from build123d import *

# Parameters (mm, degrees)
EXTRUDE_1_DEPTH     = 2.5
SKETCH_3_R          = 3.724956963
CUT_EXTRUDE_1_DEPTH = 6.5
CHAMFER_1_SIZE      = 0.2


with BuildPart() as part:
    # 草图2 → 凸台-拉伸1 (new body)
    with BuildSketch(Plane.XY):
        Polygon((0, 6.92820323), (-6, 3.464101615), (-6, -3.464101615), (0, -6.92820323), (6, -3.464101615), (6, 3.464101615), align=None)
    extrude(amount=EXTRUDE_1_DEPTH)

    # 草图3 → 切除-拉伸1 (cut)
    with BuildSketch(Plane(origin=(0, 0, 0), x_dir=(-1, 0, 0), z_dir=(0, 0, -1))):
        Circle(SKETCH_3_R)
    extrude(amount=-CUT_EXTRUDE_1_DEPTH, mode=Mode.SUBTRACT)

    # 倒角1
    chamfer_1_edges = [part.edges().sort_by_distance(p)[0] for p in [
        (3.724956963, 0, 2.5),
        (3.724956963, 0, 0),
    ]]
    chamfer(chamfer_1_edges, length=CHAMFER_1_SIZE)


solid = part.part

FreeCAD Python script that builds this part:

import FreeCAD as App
import Part
import Sketcher
Q = App.Units.Quantity


def edges_at(feature, points):
    """Names of the edges that pass closest to the given points."""
    edges = feature.Shape.Edges
    near = lambda p: min(range(len(edges)), key=lambda i: edges[i].distToShape(Part.Vertex(*p))[0])
    return sorted({f"Edge{near(p) + 1}" for p in points})


def add_polygon(sketch, points):
    """Adds a closed chain of lines whose ends are joined by coincident constraints."""
    first, n = sketch.GeometryCount, len(points)
    for a, b in zip(points, points[1:] + points[:1]):
        sketch.addGeometry(Part.LineSegment(App.Vector(*a, 0), App.Vector(*b, 0)), False)
    for i in range(n):
        sketch.addConstraint(Sketcher.Constraint("Coincident", first + i, 2, first + (i + 1) % n, 1))

doc = App.newDocument("Part")
body = doc.addObject("PartDesign::Body", "Body")

# Sketch on XY plane
sketch1 = body.newObject("Sketcher::SketchObject", "Sketch")
sketch1.AttachmentSupport = (doc.getObject("XY_Plane"), [""])
sketch1.MapMode = "FlatFace"
add_polygon(sketch1, [(0, 6.928203), (-6, 3.464102), (-6, -3.464102), (0, -6.928203), (6, -3.464102), (6, 3.464102)])  # lines 0-5
sketch1.addConstraint([
    Sketcher.Constraint("Vertical", 1),
    Sketcher.Constraint("Vertical", 4),
    Sketcher.Constraint("Symmetric", 0, 2, 3, 2, -1, 1),
    Sketcher.Constraint("Symmetric", 2, 2, 5, 2, -1, 1),
    Sketcher.Constraint("PointOnObject", 2, 2, -2),
    Sketcher.Constraint("Parallel", 2, 5),
    Sketcher.Constraint("Horizontal", 1, 2, 3, 2),
    Sketcher.Constraint("Angle", 0, Q("-150 deg")),
    Sketcher.Constraint("DistanceX", 0, 2, -1, 1, 6.0),
    Sketcher.Constraint("DistanceY", -1, 1, 0, 2, 3.464102),
])
pad1 = body.newObject("PartDesign::Pad", "Pad")
pad1.Profile = sketch1
pad1.Length = 2.5

# Sketch on XY plane
sketch2 = body.newObject("Sketcher::SketchObject", "Sketch001")
sketch2.AttachmentSupport = (doc.getObject("XY_Plane"), [""])
sketch2.MapMode = "FlatFace"
sketch2.addGeometry(Part.Circle(App.Vector(0, 0, 0), App.Vector(0, 0, 1), 3.724957), False)
sketch2.addConstraint([
    Sketcher.Constraint("Coincident", 0, 3, -1, 1),
    Sketcher.Constraint("Diameter", 0, 7.449914),
])
pocket1 = body.newObject("PartDesign::Pocket", "Pocket")
pocket1.Profile = sketch2
pocket1.Length = 6.5
pocket1.Reversed = True
doc.recompute()

chamfer = body.newObject("PartDesign::Chamfer", "Chamfer")
chamfer.Base = (pocket1, edges_at(pocket1, [(3.725, 0, 2.5), (3.725, 0, 0)]))
chamfer.Size = 0.2

doc.recompute()
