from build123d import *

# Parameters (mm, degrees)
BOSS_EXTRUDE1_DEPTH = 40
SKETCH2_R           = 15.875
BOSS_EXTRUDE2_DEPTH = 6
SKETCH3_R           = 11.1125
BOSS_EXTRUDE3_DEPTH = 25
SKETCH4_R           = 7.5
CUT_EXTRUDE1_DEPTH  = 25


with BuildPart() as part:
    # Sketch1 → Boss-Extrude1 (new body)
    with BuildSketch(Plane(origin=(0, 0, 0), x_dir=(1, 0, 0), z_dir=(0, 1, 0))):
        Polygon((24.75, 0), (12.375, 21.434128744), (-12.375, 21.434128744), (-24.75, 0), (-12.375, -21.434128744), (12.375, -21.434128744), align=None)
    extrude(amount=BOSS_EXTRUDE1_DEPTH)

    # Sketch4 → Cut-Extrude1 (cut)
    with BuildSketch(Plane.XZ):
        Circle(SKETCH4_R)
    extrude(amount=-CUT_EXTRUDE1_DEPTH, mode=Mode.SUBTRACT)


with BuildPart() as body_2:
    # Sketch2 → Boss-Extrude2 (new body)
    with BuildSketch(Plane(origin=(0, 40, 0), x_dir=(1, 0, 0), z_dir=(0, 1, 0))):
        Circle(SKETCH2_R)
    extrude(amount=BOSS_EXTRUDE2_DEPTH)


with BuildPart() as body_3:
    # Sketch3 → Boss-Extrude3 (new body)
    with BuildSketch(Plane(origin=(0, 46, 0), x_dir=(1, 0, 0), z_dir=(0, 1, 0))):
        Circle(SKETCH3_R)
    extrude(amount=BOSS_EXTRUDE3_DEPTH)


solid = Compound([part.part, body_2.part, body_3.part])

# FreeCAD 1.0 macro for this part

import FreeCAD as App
import Part
import Sketcher

V = App.Vector
Q = App.Units.Quantity

doc = App.newDocument("Part")
body = doc.addObject("PartDesign::Body", "Body")

sketch1 = body.newObject("Sketcher::SketchObject", "Sketch")
sketch1.AttachmentSupport = (doc.getObject("XZ_Plane"), [""])
sketch1.MapMode = "FlatFace"
sketch1.addGeometry([
    Part.LineSegment(V(25, 0, 0), V(12, -21, 0)),
    Part.LineSegment(V(12, -21, 0), V(-12, -21, 0)),
    Part.LineSegment(V(-12, -21, 0), V(-25, 0, 0)),
    Part.LineSegment(V(-25, 0, 0), V(-12, 21, 0)),
    Part.LineSegment(V(-12, 21, 0), V(12, 21, 0)),
    Part.LineSegment(V(12, 21, 0), V(25, 0, 0)),
], False)
sketch1.addConstraint([
    Sketcher.Constraint("Coincident", 0, 2, 1, 1),
    Sketcher.Constraint("Coincident", 1, 2, 2, 1),
    Sketcher.Constraint("Coincident", 2, 2, 3, 1),
    Sketcher.Constraint("Coincident", 3, 2, 4, 1),
    Sketcher.Constraint("Coincident", 4, 2, 5, 1),
    Sketcher.Constraint("Coincident", 5, 2, 0, 1),
    Sketcher.Constraint("Horizontal", 1),
    Sketcher.Constraint("Horizontal", 4),
    Sketcher.Constraint("Symmetric", 0, 2, 3, 2, -1, 1),
    Sketcher.Constraint("Symmetric", 2, 2, 5, 2, -1, 1),
    Sketcher.Constraint("PointOnObject", 2, 2, -1),
    Sketcher.Constraint("Parallel", 2, 5),
    Sketcher.Constraint("Vertical", 1, 2, 3, 2),
    Sketcher.Constraint("Angle", 0, Q("-120 deg")),
    Sketcher.Constraint("DistanceX", 1, 2, 1, 1, 24.75),
    Sketcher.Constraint("DistanceX", 2, 2, 5, 2, 49.5),
])
pad1 = body.newObject("PartDesign::Pad", "Pad")
pad1.Profile = sketch1
pad1.Length = 40
pad1.Reversed = True

sketch2 = body.newObject("Sketcher::SketchObject", "Sketch001")
sketch2.AttachmentSupport = (doc.getObject("XZ_Plane"), [""])
sketch2.MapMode = "FlatFace"
sketch2.addGeometry(Part.Circle(V(0, 0, 0), V(0, 0, 1), 8), False)
sketch2.addConstraint([
    Sketcher.Constraint("Coincident", 0, 3, -1, 1),
    Sketcher.Constraint("Diameter", 0, 15.0),
])
pocket1 = body.newObject("PartDesign::Pocket", "Pocket")
pocket1.Profile = sketch2
pocket1.Length = 25
body2 = doc.addObject("PartDesign::Body", "Body001")

sketch3 = body2.newObject("Sketcher::SketchObject", "Sketch002")
sketch3.AttachmentSupport = (doc.getObject("XZ_Plane001"), [""])
sketch3.MapMode = "FlatFace"
sketch3.AttachmentOffset = App.Placement(V(0, 0, -40), App.Rotation())
sketch3.addGeometry(Part.Circle(V(0, 0, 0), V(0, 0, 1), 16), False)
sketch3.addConstraint([
    Sketcher.Constraint("Coincident", 0, 3, -1, 1),
    Sketcher.Constraint("Diameter", 0, 31.75),
])
pad2 = body2.newObject("PartDesign::Pad", "Pad001")
pad2.Profile = sketch3
pad2.Length = 6
pad2.Reversed = True
body3 = doc.addObject("PartDesign::Body", "Body002")

sketch4 = body3.newObject("Sketcher::SketchObject", "Sketch003")
sketch4.AttachmentSupport = (doc.getObject("XZ_Plane002"), [""])
sketch4.MapMode = "FlatFace"
sketch4.AttachmentOffset = App.Placement(V(0, 0, -46), App.Rotation())
sketch4.addGeometry(Part.Circle(V(0, 0, 0), V(0, 0, 1), 11), False)
sketch4.addConstraint([
    Sketcher.Constraint("Coincident", 0, 3, -1, 1),
    Sketcher.Constraint("Diameter", 0, 22.225),
])
pad3 = body3.newObject("PartDesign::Pad", "Pad002")
pad3.Profile = sketch4
pad3.Length = 25
pad3.Reversed = True

doc.recompute()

____

Only an exact copy of the lines from the beginning of the listing through the line with "# 草图2 → 凸台-拉伸1 (new body)", both included, belongs in the answer.

from build123d import *

# Parameters (mm, degrees)
EXTRUDE_1_DEPTH     = 2.5
SKETCH_3_R          = 3.724956963
CUT_EXTRUDE_1_DEPTH = 6.5
CHAMFER_1_SIZE      = 0.2


with BuildPart() as part:
    # 草图2 → 凸台-拉伸1 (new body)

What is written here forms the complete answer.